# Task requirements
Note each line in the data holding the string "against" and report it.
─── Records for this exercise
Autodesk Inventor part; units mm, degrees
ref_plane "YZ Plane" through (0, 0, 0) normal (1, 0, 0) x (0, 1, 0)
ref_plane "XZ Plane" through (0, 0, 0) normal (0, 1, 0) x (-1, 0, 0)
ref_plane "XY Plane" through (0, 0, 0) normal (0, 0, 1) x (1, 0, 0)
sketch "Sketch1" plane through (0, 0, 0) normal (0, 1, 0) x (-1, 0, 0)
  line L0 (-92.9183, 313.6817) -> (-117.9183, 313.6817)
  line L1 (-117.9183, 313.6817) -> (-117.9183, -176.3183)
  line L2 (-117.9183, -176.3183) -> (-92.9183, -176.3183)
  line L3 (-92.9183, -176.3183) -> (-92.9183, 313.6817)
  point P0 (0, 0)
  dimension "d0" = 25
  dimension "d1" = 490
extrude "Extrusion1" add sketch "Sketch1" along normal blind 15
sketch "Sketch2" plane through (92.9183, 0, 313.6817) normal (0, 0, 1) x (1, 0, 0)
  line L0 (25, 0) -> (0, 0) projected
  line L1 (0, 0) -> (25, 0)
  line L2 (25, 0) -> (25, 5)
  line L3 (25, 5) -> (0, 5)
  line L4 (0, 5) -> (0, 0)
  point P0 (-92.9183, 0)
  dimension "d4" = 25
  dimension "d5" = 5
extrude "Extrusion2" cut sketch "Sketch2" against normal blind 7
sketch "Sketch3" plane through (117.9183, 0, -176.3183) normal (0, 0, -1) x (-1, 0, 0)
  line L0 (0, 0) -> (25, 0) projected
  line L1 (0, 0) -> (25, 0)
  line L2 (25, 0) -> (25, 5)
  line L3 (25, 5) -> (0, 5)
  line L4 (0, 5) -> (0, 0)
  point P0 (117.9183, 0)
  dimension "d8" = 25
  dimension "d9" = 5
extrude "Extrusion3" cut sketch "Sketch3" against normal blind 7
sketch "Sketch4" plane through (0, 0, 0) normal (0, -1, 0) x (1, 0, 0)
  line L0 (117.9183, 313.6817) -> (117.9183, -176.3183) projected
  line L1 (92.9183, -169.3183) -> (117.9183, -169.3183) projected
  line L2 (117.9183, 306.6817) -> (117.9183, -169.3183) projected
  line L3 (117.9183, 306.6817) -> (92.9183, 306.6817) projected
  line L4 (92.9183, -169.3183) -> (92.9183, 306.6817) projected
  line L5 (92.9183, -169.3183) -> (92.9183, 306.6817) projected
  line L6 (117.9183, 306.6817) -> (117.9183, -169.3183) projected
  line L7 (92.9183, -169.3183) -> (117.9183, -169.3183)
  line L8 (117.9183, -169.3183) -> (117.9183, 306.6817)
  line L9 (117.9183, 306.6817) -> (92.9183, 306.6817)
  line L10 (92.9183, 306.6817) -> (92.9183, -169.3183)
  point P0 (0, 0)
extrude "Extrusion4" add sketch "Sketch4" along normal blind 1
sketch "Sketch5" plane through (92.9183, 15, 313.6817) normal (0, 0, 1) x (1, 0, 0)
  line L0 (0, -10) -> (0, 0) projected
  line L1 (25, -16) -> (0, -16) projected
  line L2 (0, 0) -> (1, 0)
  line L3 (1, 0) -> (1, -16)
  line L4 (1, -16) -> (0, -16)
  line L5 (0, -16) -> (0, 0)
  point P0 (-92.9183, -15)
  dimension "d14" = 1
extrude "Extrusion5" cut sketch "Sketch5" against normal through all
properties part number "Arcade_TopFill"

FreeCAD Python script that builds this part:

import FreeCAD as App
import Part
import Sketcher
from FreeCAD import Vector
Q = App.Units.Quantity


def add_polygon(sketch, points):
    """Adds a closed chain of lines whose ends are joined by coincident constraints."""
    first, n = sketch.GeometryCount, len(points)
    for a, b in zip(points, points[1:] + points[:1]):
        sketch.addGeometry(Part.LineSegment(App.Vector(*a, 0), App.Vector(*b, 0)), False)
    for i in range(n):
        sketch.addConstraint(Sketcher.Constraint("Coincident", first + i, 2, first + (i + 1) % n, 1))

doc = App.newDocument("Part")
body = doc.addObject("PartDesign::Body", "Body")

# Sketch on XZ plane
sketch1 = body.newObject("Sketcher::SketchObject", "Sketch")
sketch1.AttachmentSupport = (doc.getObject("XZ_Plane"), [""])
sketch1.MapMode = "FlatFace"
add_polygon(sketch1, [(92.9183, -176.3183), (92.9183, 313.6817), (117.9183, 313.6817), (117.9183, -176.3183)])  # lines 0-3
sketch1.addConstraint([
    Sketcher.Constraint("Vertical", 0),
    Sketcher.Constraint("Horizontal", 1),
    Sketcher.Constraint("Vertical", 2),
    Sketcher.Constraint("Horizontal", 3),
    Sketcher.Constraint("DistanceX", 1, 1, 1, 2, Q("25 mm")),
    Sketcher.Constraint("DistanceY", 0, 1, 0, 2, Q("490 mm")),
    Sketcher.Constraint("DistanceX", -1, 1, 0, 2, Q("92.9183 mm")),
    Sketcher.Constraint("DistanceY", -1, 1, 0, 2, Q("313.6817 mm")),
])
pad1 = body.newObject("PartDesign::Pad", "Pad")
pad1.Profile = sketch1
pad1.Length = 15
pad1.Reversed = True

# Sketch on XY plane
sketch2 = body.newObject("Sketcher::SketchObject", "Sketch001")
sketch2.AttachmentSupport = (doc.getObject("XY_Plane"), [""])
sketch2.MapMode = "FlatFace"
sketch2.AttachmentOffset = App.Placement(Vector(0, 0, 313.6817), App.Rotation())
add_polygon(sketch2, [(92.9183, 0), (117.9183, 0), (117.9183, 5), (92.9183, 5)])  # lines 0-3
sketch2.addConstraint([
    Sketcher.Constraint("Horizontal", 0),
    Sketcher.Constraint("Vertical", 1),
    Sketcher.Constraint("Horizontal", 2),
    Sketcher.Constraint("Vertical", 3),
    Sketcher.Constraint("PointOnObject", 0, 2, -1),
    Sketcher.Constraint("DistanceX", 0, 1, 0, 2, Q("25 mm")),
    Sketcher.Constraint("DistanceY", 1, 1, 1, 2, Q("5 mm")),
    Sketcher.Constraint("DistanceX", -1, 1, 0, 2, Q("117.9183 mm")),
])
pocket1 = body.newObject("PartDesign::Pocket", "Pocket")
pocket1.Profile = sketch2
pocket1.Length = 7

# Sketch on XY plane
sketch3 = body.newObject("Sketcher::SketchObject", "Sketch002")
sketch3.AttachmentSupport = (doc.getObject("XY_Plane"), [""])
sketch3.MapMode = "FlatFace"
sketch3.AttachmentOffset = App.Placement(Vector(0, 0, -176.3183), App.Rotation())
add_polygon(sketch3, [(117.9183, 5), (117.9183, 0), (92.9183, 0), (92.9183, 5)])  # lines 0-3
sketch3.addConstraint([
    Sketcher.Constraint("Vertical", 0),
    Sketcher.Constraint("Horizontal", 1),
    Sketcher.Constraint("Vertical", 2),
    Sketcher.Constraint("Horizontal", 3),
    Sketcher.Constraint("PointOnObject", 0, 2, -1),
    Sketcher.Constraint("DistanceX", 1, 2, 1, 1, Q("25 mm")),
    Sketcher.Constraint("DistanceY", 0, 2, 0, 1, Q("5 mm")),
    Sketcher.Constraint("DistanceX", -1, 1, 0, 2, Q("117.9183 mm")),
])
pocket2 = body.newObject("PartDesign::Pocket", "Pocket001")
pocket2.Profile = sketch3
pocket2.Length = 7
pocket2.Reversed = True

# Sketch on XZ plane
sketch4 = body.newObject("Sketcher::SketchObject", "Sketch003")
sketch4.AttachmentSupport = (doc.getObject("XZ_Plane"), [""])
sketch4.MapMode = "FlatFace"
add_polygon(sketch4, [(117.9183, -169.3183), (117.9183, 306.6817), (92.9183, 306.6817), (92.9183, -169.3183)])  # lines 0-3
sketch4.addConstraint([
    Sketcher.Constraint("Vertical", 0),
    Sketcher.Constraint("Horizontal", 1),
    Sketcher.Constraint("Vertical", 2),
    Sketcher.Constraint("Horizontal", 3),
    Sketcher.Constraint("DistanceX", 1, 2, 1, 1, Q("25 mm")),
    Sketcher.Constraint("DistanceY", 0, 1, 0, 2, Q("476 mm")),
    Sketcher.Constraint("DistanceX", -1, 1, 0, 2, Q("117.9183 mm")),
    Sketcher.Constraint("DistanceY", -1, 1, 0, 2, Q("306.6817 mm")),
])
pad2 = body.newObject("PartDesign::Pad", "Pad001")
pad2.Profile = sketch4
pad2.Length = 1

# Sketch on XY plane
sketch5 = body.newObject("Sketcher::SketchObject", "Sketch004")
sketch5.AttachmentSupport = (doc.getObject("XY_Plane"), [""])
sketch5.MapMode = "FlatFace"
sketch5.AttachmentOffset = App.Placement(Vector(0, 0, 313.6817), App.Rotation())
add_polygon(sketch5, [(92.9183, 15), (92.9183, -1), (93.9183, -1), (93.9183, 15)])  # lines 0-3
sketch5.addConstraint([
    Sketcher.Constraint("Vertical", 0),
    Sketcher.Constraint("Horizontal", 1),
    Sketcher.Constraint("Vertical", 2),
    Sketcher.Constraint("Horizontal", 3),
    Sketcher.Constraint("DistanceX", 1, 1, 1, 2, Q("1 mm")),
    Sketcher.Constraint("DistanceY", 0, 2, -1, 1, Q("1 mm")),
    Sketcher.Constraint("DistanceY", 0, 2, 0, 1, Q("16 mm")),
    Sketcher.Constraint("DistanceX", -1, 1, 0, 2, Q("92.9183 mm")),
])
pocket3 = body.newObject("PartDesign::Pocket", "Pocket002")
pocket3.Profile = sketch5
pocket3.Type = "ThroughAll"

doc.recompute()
──────
# Your response
extrude "Extrusion2" cut sketch "Sketch2" against normal blind 7
extrude "Extrusion3" cut sketch "Sketch3" against normal blind 7
extrude "Extrusion5" cut sketch "Sketch5" against normal through all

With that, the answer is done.